This is the repository for the paper Identifying Emergent Research Trends by Key Authors and Phrases (COLING 2018). It includes the implementation of the ETD-MGR model illustrated by the paper, as well as some sample outputs to demonstrate how to interpret the results.
Code is written in Python 2.7; it also requires scikit-learn (0.18), numpy (1.13), gensim (3.1), networkx (1.11), NLTK (3.2), and Keras (2.1).
In addition, you'll need the pretrained Word2Vec model from Google (i.e. the GoogleNews-vectors-negative300.bin file).
The main experiments are carried out based on the ACM Digital Library dataset, with the metadata state dated 11, Sept, 2015. Raw data is consolidated in XML format, and due to copyright reason we do not release it here. If you want to learn more about the raw dataset, or want to test out our code based on the actual ACM data, please email the authors of the paper, either Shenhao Jiang by jiangshenhao@gatech.edu, or Prof. Min-Yen Kan by kanmy@comp.nus.edu.sg; once receiving the request, we'll send you a folder of sample XML files from the dataset so you can gain some insights on the raw data.
Nevertheless, in order to help researchers have a better understanding of the code, we will provide some sample outputs/temporary files from the model. Please refer to Section Results/Analysis below for details.
Running the code is simple, you may put the 2 Python files into the folder of the extracted dataset (all these settings can be changed in the code), and perform
python doubleGraphExtract.py
to extract the noun phrases from the corpora, and calculate their MGR scores in each year. This part of the logic can be illustrated by the following plot:
and you may find the corresponding explanation in Section 3.1 of the paper.

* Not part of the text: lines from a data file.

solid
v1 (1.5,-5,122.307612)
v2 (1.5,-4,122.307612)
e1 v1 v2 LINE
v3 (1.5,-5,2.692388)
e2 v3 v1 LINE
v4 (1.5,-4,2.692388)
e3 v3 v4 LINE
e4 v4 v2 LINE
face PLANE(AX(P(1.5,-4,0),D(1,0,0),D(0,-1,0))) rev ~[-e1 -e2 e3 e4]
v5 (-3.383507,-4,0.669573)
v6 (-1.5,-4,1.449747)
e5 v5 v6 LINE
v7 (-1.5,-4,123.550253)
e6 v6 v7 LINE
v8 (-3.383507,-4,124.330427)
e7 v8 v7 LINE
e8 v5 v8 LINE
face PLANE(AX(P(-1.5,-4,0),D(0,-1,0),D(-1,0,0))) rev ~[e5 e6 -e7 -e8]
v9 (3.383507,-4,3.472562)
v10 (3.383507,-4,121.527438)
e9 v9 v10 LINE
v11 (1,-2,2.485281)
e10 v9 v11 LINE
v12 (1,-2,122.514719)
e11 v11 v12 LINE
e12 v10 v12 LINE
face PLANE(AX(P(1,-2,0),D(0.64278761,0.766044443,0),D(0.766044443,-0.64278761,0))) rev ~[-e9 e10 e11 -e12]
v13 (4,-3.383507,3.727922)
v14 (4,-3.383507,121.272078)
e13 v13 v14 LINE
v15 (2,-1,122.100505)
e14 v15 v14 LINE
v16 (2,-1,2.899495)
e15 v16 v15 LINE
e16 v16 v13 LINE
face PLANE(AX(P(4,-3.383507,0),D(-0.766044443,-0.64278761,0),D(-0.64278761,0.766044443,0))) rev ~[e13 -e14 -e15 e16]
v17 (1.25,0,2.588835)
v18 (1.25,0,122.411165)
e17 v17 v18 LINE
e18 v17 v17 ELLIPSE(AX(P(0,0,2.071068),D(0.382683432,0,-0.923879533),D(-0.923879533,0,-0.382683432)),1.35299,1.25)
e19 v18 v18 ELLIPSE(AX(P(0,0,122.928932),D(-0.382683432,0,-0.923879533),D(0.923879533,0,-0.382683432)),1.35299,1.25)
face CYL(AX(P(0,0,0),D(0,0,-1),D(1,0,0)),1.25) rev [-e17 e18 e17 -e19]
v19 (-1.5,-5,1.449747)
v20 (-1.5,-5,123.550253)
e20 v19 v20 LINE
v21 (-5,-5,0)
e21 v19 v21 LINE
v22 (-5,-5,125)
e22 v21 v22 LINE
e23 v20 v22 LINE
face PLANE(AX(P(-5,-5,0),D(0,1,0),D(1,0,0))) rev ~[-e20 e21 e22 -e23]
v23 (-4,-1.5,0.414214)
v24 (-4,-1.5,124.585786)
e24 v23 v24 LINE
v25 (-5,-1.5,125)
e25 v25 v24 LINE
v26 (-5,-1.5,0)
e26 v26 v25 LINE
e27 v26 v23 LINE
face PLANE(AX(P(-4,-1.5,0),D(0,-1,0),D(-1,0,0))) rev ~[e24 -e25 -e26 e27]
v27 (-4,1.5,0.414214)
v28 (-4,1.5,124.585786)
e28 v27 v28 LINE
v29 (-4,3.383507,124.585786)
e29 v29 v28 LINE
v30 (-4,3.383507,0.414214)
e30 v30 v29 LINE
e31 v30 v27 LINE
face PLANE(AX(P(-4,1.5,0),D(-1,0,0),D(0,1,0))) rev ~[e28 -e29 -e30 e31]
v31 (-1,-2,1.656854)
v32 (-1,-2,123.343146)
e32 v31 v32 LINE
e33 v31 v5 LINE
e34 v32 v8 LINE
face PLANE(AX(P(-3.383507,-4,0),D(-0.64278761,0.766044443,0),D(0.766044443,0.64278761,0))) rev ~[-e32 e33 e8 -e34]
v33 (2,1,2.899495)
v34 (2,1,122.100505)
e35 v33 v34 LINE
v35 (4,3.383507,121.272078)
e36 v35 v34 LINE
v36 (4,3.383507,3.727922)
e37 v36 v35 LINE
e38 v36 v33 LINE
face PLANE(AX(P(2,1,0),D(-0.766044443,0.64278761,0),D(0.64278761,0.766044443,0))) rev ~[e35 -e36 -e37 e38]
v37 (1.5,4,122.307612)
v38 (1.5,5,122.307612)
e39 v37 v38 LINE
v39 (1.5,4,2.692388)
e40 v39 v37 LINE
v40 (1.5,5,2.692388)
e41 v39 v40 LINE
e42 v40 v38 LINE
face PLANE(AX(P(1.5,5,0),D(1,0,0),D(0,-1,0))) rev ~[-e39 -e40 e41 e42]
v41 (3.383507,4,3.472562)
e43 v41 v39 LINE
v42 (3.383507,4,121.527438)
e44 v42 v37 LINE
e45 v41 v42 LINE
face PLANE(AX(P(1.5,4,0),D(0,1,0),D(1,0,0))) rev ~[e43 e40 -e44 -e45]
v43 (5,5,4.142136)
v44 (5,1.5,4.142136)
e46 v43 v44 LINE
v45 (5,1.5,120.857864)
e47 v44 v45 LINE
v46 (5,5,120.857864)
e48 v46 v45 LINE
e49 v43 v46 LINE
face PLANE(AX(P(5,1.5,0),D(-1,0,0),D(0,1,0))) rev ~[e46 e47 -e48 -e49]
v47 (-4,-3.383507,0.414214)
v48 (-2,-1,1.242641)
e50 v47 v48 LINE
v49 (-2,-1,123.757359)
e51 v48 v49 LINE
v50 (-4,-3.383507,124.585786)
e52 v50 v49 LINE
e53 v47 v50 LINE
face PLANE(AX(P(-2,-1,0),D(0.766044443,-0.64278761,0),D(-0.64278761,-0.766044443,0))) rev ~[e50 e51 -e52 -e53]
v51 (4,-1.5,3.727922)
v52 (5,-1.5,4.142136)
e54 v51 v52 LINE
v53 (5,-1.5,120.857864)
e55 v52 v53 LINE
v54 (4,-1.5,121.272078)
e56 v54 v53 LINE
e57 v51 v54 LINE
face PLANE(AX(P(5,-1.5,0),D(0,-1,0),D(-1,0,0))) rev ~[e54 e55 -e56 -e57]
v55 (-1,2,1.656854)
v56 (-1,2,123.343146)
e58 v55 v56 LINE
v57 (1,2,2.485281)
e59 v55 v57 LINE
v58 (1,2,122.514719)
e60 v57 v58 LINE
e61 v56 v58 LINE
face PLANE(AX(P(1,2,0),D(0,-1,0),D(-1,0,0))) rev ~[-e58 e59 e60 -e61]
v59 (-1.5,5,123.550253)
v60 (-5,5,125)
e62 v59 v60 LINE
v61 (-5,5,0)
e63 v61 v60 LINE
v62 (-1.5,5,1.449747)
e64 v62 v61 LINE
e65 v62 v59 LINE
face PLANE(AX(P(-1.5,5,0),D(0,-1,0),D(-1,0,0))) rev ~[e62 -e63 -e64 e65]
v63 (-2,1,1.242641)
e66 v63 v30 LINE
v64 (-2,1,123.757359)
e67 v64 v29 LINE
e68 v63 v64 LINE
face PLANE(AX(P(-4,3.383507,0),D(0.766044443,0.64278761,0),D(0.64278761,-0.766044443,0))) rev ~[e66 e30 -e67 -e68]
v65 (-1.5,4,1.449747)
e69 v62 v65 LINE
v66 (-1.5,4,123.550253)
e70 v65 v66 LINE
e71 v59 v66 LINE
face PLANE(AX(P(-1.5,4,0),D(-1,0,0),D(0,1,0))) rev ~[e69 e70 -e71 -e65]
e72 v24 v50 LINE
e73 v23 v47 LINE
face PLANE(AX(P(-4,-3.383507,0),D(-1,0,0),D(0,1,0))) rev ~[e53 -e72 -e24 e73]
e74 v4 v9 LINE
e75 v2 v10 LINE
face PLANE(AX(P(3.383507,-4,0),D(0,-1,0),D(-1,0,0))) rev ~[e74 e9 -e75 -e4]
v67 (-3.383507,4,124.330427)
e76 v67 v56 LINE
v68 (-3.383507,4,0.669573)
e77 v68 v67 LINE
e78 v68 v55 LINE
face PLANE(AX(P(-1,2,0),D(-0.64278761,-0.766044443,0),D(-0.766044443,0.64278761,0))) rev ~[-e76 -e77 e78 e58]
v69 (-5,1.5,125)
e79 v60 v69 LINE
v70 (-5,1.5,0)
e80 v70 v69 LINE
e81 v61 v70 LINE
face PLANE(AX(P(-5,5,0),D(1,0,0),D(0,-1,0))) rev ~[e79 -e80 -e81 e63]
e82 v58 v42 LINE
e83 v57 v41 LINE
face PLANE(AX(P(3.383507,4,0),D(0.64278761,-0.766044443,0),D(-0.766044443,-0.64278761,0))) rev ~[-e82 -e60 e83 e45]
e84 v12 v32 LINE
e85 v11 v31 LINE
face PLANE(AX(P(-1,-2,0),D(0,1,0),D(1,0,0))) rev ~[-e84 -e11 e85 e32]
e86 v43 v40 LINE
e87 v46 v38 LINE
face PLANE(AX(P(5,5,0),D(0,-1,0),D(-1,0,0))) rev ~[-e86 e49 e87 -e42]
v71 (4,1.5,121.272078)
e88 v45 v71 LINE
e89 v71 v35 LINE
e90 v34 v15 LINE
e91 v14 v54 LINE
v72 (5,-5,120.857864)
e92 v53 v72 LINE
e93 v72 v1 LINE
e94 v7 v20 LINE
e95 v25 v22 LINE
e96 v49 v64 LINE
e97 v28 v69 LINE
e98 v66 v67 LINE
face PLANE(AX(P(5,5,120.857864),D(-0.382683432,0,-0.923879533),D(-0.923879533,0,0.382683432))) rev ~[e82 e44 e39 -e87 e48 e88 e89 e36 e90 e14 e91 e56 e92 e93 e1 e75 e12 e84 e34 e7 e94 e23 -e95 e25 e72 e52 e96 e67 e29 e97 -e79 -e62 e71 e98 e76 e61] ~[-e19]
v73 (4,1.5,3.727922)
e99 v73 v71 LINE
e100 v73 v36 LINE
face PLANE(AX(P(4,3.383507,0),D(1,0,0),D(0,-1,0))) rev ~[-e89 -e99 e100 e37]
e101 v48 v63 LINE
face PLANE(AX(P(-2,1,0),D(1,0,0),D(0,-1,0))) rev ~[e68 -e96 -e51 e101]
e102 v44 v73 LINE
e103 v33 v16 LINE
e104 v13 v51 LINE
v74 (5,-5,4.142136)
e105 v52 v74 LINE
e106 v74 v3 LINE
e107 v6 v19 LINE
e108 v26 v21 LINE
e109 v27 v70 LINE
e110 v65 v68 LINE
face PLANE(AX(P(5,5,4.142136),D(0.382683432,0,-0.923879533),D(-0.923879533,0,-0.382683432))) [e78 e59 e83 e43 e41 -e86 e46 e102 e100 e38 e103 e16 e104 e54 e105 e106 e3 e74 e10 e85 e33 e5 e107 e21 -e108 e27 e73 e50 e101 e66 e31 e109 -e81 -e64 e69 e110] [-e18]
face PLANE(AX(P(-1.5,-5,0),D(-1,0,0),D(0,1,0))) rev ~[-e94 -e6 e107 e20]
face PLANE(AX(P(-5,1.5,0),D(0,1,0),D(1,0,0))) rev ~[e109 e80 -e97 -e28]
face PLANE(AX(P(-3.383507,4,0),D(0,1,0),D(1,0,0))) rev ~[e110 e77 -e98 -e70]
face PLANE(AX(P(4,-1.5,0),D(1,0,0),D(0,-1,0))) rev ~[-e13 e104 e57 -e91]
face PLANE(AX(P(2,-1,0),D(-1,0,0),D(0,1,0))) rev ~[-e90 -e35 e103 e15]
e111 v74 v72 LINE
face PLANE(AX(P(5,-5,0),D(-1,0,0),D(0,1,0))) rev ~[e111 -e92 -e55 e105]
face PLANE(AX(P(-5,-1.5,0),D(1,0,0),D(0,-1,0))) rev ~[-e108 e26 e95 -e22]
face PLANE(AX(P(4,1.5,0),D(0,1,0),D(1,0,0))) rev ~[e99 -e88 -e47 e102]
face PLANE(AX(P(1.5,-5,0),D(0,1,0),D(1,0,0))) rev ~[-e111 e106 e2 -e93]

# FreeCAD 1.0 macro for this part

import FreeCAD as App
import Part
import Sketcher
Q = App.Units.Quantity


def add_polygon(sketch, points):
    """Adds a closed chain of lines whose ends are joined by coincident constraints."""
    first, n = sketch.GeometryCount, len(points)
    for a, b in zip(points, points[1:] + points[:1]):
        sketch.addGeometry(Part.LineSegment(App.Vector(*a, 0), App.Vector(*b, 0)), False)
    for i in range(n):
        sketch.addConstraint(Sketcher.Constraint("Coincident", first + i, 2, first + (i + 1) % n, 1))

doc = App.newDocument("Part")
params = doc.addObject("Spreadsheet::Sheet", "Params")
for row, (alias, value) in enumerate([
    ("sketch1_diameter", "2.5 mm"),
    ("sketch1_width", "2 mm"),
    ("sketch1_width2", "1 mm"),
    ("sketch1_width3", "3.5 mm"),
    ("pad1_length", "125 mm"),
    ("sketch2_width", "10 mm"),
], start=1):
    params.set(f"A{row}", alias)
    params.set(f"B{row}", "=" + value)
    params.setAlias(f"B{row}", alias)

body = doc.addObject("PartDesign::Body", "Body")

sketch1 = body.newObject("Sketcher::SketchObject", "Sketch")
sketch1.AttachmentSupport = (doc.getObject("XY_Plane"), [""])
sketch1.MapMode = "FlatFace"
add_polygon(sketch1, [(-1, -2), (1, -2), (3.383507, -4), (1.5, -4), (1.5, -5), (5, -5), (5, -1.5), (4, -1.5), (4, -3.383507), (2, -1), (2, 1), (4, 3.383507), (4, 1.5), (5, 1.5), (5, 5), (1.5, 5), (1.5, 4), (3.383507, 4), (1, 2), (-1, 2), (-3.383507, 4), (-1.5, 4), (-1.5, 5), (-5, 5), (-5, 1.5), (-4, 1.5), (-4, 3.383507), (-2, 1), (-2, -1), (-4, -3.383507), (-4, -1.5), (-5, -1.5), (-5, -5), (-1.5, -5), (-1.5, -4), (-3.383507, -4)])
sketch1.addGeometry(Part.Circle(App.Vector(0, 0, 0), App.Vector(0, 0, 1), 1.25), False)
sketch1.addConstraint([
    Sketcher.Constraint("Horizontal", 0),
    Sketcher.Constraint("Horizontal", 2),
    Sketcher.Constraint("Vertical", 3),
    Sketcher.Constraint("Horizontal", 4),
    Sketcher.Constraint("Vertical", 5),
    Sketcher.Constraint("Horizontal", 6),
    Sketcher.Constraint("Vertical", 7),
    Sketcher.Constraint("Vertical", 9),
    Sketcher.Constraint("Vertical", 11),
    Sketcher.Constraint("Horizontal", 12),
    Sketcher.Constraint("Vertical", 13),
    Sketcher.Constraint("Horizontal", 14),
    Sketcher.Constraint("Vertical", 15),
    Sketcher.Constraint("Horizontal", 16),
    Sketcher.Constraint("Horizontal", 18),
    Sketcher.Constraint("Horizontal", 20),
    Sketcher.Constraint("Vertical", 21),
    Sketcher.Constraint("Horizontal", 22),
    Sketcher.Constraint("Vertical", 23),
    Sketcher.Constraint("Horizontal", 24),
    Sketcher.Constraint("Vertical", 25),
    Sketcher.Constraint("Vertical", 27),
    Sketcher.Constraint("Vertical", 29),
    Sketcher.Constraint("Horizontal", 30),
    Sketcher.Constraint("Vertical", 31),
    Sketcher.Constraint("Horizontal", 32),
    Sketcher.Constraint("Vertical", 33),
    Sketcher.Constraint("Horizontal", 34),
    Sketcher.Constraint("Coincident", 36, 3, -1, 1),
    Sketcher.Constraint("Symmetric", 0, 2, 18, 2, -1, 1),
    Sketcher.Constraint("Symmetric", 1, 2, 19, 2, -1, 1),
    Sketcher.Constraint("Symmetric", 3, 2, 21, 2, -1, 1),
    Sketcher.Constraint("Symmetric", 5, 2, 23, 2, -1, 1),
    Sketcher.Constraint("Symmetric", 7, 2, 25, 2, -1, 1),
    Sketcher.Constraint("Symmetric", 8, 2, 26, 2, -1, 1),
    Sketcher.Constraint("Symmetric", 10, 2, 28, 2, -1, 1),
    Sketcher.Constraint("Symmetric", 12, 2, 30, 2, -1, 1),
    Sketcher.Constraint("Symmetric", 14, 2, 32, 2, -1, 1),
    Sketcher.Constraint("Symmetric", 16, 2, 34, 2, -1, 1),
    Sketcher.Constraint("Symmetric", 16, 2, 19, 2, -2),
    Sketcher.Constraint("Symmetric", 14, 2, 21, 2, -2),
    Sketcher.Constraint("Symmetric", 12, 2, 23, 2, -2),
    Sketcher.Constraint("Symmetric", 10, 2, 25, 2, -2),
    Sketcher.Constraint("Perpendicular", 1, 10),
    Sketcher.Constraint("Perpendicular", 8, 17),
    Sketcher.Constraint("Perpendicular", 19, 28),
    Sketcher.Constraint("Perpendicular", 26, 35),
    Sketcher.Constraint("Horizontal", 9, 2, 26, 2),
    Sketcher.Constraint("Equal", 30, 3),
    Sketcher.Constraint("Equal", 32, 5),
    Sketcher.Constraint("Equal", 34, 7),
    Sketcher.Constraint("Equal", 18, 9),
    Sketcher.Constraint("Equal", 1, 8),
    Sketcher.Constraint("Diameter", 36, 2.5),
    Sketcher.Constraint("DistanceX", 0, 1, 0, 2, 2.0),
    Sketcher.Constraint("DistanceX", 6, 2, 6, 1, 1.0),
    Sketcher.Constraint("Angle", 1, Q("-40 deg")),
    Sketcher.Constraint("DistanceX", 4, 1, 4, 2, 3.5),
    Sketcher.Constraint("DistanceY", 0, 2, -1, 1, 2.0),
    Sketcher.Constraint("DistanceY", 1, 2, -1, 1, 4.0),
])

This will generate several files (to be found in ./process/ dir) to be used in later stage:
- doublegraph-NPs.txt
The file with the extracted NPs and their MGR score in each year; - doublegraph-vocab.txt
The file with the vocabulary list and the tf-idf value of each word; - top-authors-NPs.txt
The file with the top ranked authors in each year.
Following this, you can perform
python doubleGraphPredict.py
to generate the predicted top-ranking phrases.
The final result can be found in dir ./process/resultXXX.txt, with the XXX indicating the configurations, for instance, the prediction window size and the weighting coefficient (please refer to Section 3.3 of the paper for more details). This repo has included a sample result file: ./process/result-20.txt. The format of the file is as follows:
Predicting Year 1980 | actual? | predict? |
---|---|---|
allocator | + | + |
allocator | + | + |
iterations | + | + |
termination | + | + |
probabilities | + | - |
ranges | - | + |
Each line of the file contains a noun phrase, with 2 symbols indicating whether this phrase is an actual trending phrase or predicted one. If it's associated with "++", it means this phrase is an actual trending phrase and has been successfully captured by our system. Therefore the average recall@n can be calculated by number of "++" / number of phrases. More discussion of the result can be found in Section 4.2 of the paper.
In addition to the sample result file, we have also included a sample doublegraph-NPs.txt in the repo. We hope researchers can get a better understanding of what our system is doing; the format of the file is:
phrase | score in Year 1 | score in Year 2 | ... |
---|---|---|---|
system design | 0 | 0.0009827 | ... |
software development process | 0 | 0.0003723 | ... |
This file is generated by the first step (doubleGraphExtract.py), obtaining the MGR score for each phrase in each year, and essentially what our model is doing is: using the scores from the first 3 consecutive years to predict the 4th one, i.e. x4 = f(x1, x2, x3). We rank the phrases based on their actual and predicted scores, and then for each year you'll find the top phrases, as shown by the first table.
If you have queries about the use of the code, or the explanation in the paper, feel free to email the authors found on the first page of the paper.
Similar to the paper, this research/project is supported in part by the National Research Foundation, Singapore, and completed with the National University of Singapore (NUS).